» **Exercise**:
Starting with the first line of the data that follows, transcribe every line verbatim until the line containing "f 77 242 78" has been transcribed.

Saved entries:
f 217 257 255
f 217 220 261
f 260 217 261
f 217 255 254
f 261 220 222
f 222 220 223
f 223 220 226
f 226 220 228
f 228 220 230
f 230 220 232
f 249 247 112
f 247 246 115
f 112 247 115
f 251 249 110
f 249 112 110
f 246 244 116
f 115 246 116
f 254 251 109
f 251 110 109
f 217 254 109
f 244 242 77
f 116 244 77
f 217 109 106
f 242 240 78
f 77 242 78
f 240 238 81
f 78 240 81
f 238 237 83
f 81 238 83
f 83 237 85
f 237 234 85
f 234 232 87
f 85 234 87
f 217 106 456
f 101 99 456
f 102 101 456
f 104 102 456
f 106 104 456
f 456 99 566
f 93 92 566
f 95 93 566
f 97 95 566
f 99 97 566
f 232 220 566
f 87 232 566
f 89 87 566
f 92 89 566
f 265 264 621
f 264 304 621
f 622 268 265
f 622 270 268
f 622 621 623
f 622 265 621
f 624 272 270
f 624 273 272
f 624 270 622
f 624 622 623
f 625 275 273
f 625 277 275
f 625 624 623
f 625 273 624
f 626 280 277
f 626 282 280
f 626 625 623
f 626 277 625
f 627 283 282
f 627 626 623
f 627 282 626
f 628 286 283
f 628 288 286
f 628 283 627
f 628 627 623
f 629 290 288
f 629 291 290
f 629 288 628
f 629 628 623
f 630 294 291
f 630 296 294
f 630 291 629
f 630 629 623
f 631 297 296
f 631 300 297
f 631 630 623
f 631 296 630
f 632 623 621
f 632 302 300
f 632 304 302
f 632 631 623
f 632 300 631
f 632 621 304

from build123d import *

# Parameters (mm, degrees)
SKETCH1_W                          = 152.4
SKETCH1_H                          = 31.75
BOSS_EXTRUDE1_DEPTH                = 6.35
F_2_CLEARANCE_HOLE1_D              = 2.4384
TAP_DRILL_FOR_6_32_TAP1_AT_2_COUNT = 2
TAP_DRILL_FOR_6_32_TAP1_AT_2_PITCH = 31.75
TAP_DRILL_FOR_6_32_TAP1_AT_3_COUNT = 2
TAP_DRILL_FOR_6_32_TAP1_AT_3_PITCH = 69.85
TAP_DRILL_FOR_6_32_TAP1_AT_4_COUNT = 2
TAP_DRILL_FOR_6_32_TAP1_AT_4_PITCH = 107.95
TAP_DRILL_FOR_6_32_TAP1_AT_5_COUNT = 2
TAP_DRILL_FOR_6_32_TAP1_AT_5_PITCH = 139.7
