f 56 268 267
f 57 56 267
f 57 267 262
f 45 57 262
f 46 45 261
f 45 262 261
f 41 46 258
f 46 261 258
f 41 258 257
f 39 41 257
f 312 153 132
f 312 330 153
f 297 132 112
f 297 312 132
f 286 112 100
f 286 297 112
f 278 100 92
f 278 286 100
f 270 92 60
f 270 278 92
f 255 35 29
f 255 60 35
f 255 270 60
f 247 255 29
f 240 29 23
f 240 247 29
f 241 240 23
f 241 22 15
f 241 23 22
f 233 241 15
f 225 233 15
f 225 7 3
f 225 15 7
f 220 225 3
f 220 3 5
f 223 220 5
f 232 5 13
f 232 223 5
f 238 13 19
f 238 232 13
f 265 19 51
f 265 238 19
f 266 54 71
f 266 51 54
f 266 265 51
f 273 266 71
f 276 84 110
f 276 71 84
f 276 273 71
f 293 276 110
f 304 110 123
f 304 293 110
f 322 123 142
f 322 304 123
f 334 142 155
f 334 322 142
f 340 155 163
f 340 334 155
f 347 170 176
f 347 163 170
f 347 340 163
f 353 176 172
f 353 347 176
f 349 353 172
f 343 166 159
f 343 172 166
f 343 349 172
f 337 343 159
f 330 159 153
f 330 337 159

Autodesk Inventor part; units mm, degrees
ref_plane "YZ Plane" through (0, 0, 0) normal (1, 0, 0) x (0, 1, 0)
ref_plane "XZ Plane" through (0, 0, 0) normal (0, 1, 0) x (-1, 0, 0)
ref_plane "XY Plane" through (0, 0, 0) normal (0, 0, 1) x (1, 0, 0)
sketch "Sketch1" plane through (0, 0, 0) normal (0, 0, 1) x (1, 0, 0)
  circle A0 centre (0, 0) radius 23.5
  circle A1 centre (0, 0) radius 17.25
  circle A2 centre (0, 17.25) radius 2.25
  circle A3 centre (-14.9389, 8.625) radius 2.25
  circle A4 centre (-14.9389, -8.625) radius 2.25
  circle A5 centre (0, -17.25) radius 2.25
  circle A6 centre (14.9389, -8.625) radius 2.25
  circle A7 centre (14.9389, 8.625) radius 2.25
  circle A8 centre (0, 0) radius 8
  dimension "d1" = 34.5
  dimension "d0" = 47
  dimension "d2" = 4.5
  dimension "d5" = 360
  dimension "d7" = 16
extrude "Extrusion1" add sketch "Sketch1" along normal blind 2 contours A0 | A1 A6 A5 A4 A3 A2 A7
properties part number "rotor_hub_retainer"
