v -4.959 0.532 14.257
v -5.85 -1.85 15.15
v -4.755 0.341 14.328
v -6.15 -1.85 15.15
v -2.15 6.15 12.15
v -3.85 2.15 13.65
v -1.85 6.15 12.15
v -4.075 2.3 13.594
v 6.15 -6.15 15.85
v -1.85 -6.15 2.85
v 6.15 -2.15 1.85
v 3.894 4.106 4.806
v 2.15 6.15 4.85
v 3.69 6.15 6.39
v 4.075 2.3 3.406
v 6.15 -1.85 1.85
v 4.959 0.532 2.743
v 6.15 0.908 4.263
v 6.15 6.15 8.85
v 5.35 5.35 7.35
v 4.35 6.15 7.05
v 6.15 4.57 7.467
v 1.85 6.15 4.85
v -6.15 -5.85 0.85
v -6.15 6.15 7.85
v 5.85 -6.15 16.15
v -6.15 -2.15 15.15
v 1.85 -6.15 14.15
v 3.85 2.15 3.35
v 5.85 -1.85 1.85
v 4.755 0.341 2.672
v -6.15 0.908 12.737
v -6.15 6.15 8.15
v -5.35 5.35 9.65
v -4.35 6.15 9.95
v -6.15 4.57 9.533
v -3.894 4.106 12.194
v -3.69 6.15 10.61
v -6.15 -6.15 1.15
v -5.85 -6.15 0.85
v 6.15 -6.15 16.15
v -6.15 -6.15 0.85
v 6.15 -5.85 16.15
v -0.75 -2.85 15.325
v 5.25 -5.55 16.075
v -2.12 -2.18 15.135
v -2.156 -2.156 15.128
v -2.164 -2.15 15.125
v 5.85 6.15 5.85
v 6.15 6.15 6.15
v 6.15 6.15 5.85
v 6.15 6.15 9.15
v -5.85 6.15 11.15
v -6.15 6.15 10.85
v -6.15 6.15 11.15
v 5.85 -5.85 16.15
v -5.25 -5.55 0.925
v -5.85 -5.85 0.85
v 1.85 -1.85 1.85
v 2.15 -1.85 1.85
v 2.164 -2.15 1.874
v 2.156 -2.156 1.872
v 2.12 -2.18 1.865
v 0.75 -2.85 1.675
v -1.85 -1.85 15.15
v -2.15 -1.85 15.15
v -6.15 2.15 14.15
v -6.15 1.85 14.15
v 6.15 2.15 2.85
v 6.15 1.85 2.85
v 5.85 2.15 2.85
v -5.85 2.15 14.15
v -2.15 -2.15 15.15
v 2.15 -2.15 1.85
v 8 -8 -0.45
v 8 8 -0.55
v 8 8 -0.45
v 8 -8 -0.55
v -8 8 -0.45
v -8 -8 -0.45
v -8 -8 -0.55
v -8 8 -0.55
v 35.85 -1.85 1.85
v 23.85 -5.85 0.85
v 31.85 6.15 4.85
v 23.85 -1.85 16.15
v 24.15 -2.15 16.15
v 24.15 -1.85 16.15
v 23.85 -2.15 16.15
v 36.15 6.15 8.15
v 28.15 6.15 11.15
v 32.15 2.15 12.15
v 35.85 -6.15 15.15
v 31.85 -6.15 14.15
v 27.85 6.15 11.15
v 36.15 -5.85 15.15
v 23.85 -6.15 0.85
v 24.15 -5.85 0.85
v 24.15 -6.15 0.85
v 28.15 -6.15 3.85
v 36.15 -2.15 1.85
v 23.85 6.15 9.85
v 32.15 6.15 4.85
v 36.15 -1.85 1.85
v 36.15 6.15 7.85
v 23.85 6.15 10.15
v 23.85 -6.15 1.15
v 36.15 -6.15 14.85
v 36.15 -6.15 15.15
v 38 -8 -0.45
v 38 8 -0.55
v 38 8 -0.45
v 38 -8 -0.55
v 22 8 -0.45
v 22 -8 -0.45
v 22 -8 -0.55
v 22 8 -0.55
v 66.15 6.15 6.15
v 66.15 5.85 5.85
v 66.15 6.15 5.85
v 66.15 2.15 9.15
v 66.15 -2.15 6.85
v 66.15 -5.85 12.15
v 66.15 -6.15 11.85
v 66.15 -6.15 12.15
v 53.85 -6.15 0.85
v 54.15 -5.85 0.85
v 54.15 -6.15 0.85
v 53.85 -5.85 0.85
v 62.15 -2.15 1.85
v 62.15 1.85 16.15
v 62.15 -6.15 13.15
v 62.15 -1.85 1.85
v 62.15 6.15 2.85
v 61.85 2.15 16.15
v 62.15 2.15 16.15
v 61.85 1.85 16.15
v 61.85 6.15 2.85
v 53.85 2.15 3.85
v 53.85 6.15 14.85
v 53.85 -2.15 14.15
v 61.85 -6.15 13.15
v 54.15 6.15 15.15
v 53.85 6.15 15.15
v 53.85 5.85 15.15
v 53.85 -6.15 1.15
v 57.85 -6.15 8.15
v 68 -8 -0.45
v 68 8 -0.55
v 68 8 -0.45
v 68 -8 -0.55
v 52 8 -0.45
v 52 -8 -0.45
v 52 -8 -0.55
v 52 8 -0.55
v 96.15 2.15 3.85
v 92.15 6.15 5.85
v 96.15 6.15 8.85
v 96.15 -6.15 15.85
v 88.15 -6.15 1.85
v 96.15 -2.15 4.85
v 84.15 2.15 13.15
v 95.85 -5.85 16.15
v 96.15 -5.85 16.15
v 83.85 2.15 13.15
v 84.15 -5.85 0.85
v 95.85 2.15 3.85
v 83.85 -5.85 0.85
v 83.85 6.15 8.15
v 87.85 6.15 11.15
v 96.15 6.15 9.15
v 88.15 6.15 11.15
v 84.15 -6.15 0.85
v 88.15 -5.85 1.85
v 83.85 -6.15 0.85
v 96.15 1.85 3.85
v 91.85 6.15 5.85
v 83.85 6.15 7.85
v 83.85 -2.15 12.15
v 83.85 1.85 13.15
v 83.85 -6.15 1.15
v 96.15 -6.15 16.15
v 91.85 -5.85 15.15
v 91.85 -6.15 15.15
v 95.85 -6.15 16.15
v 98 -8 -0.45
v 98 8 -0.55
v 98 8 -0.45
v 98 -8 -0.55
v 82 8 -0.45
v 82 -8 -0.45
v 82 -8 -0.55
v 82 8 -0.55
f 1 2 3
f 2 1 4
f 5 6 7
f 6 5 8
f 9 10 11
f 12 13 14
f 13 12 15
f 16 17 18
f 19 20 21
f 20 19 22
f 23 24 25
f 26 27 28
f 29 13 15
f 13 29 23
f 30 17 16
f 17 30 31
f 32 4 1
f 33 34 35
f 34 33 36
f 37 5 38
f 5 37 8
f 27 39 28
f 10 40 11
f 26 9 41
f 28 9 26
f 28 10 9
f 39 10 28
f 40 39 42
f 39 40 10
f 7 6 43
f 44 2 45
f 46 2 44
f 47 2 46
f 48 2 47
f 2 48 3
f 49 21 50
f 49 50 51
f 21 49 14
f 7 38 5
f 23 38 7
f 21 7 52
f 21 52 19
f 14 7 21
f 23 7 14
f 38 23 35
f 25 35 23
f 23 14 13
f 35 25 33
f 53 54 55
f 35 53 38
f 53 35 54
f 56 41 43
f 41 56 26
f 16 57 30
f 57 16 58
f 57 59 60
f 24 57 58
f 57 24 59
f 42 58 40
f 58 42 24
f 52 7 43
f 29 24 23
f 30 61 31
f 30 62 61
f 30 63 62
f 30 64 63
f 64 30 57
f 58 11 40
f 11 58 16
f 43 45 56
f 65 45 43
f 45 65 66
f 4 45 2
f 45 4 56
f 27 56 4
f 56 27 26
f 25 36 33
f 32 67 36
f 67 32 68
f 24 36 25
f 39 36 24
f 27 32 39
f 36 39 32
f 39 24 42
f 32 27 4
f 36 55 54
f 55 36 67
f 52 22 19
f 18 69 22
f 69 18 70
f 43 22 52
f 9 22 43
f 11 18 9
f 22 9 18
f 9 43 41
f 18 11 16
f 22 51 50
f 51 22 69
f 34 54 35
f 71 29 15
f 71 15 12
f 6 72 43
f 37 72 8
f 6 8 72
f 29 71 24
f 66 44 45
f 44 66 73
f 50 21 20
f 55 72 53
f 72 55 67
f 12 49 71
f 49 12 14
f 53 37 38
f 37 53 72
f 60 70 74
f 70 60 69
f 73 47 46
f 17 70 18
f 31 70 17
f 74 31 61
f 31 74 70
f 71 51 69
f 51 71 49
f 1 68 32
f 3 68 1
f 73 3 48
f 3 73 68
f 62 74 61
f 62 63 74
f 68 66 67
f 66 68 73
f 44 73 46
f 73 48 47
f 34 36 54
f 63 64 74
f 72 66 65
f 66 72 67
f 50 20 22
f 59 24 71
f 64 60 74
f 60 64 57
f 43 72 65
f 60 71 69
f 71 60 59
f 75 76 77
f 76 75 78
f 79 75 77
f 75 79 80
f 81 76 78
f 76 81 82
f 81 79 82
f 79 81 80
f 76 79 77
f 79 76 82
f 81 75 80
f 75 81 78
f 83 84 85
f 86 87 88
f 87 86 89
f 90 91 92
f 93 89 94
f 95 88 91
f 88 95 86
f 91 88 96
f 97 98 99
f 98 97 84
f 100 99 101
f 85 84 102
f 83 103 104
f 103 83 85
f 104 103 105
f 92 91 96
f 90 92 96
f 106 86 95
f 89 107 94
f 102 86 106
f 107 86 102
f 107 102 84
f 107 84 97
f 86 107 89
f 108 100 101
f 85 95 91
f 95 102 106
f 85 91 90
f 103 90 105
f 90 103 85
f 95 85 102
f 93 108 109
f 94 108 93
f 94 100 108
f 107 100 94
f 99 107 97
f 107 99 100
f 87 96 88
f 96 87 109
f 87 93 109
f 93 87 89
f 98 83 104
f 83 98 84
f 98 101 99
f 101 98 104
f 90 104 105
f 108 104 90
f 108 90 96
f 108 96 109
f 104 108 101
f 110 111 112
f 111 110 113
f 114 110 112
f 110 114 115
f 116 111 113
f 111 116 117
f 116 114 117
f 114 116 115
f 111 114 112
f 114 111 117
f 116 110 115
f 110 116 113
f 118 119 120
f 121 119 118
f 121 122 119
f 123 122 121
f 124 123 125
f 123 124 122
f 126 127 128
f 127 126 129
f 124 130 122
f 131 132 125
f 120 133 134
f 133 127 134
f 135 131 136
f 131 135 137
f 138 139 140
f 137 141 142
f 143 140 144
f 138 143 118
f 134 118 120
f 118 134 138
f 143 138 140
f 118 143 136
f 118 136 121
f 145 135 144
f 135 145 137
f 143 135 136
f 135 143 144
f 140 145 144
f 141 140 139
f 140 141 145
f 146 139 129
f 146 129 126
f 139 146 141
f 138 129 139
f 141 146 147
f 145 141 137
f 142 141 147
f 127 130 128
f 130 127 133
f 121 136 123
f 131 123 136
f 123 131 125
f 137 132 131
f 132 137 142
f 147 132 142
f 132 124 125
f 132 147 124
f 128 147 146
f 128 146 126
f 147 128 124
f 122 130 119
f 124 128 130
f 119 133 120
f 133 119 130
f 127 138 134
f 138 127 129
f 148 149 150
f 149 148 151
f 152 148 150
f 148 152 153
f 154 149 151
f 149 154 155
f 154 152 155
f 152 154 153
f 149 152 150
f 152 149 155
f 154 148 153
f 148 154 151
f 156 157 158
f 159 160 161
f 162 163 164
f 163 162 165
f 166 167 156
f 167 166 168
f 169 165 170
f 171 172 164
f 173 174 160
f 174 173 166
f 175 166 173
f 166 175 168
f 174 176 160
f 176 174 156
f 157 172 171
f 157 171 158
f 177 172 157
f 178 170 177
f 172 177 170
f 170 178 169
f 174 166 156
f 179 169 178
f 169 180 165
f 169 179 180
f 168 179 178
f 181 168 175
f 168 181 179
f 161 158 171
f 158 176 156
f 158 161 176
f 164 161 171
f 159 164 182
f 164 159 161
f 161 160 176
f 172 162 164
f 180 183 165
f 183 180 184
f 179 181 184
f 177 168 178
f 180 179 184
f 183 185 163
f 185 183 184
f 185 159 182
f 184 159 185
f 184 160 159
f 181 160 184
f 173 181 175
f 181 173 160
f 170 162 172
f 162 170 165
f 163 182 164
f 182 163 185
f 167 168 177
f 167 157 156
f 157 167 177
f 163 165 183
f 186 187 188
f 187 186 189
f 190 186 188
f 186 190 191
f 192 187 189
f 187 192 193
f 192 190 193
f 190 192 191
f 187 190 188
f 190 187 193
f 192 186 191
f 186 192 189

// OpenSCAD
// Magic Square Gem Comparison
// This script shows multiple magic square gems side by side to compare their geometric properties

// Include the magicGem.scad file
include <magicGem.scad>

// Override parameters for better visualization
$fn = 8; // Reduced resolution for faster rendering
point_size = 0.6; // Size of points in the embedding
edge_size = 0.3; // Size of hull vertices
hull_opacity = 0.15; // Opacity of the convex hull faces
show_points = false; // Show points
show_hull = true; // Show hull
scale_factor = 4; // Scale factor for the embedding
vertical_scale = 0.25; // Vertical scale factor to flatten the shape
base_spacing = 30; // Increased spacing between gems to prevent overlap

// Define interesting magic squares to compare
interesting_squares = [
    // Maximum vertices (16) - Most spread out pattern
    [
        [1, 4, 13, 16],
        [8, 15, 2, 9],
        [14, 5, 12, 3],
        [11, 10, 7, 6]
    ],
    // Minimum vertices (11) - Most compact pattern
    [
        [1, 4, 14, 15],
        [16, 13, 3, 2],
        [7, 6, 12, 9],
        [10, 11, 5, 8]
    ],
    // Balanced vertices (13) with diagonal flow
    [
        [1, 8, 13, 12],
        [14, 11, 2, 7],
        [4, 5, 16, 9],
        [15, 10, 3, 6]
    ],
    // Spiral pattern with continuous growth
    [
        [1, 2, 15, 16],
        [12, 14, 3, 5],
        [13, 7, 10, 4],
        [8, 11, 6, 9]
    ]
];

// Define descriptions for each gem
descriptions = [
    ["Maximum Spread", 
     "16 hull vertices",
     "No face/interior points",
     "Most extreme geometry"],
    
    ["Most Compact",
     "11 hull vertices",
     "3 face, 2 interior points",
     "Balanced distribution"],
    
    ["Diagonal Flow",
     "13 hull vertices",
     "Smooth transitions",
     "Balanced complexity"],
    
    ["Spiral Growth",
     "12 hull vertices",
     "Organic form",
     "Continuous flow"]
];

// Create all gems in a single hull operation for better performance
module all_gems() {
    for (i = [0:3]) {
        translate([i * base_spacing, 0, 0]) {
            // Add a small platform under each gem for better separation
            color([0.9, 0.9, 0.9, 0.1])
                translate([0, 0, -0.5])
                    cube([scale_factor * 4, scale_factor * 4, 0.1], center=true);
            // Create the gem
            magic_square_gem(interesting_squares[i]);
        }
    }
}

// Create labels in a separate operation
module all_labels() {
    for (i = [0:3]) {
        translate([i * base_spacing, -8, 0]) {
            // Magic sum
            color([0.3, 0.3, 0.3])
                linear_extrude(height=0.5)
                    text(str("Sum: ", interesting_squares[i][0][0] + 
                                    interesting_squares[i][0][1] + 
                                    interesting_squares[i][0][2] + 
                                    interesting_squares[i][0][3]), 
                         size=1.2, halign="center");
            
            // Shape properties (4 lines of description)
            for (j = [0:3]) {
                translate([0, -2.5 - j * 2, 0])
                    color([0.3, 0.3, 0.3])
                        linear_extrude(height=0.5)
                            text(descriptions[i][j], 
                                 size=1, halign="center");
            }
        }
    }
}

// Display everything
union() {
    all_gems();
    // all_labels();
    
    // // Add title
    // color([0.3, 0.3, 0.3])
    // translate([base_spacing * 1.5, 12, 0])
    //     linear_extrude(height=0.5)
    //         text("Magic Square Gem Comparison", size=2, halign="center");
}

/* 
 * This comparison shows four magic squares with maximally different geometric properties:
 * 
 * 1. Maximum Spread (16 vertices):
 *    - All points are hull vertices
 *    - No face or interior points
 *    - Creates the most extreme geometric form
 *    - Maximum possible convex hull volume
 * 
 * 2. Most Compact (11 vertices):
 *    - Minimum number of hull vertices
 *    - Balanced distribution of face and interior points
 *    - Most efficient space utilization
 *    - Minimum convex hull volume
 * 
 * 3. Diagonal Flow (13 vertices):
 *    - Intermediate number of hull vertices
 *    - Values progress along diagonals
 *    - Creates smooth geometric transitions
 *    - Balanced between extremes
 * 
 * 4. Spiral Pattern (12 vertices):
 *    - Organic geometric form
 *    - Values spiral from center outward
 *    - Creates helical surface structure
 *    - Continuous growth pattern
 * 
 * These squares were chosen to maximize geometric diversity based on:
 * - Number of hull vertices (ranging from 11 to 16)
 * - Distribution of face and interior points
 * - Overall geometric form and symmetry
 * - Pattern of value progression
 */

» **Completed exercise**:
f 217 257 255
f 217 220 261
f 260 217 261
f 217 255 254
f 261 220 222
f 222 220 223
f 223 220 226
f 226 220 228
f 228 220 230
f 230 220 232
f 249 247 112
f 247 246 115
f 112 247 115
f 251 249 110
f 249 112 110
f 246 244 116
f 115 246 116
f 254 251 109
f 251 110 109
f 217 254 109
f 244 242 77
f 116 244 77
f 217 109 106
f 242 240 78
f 77 242 78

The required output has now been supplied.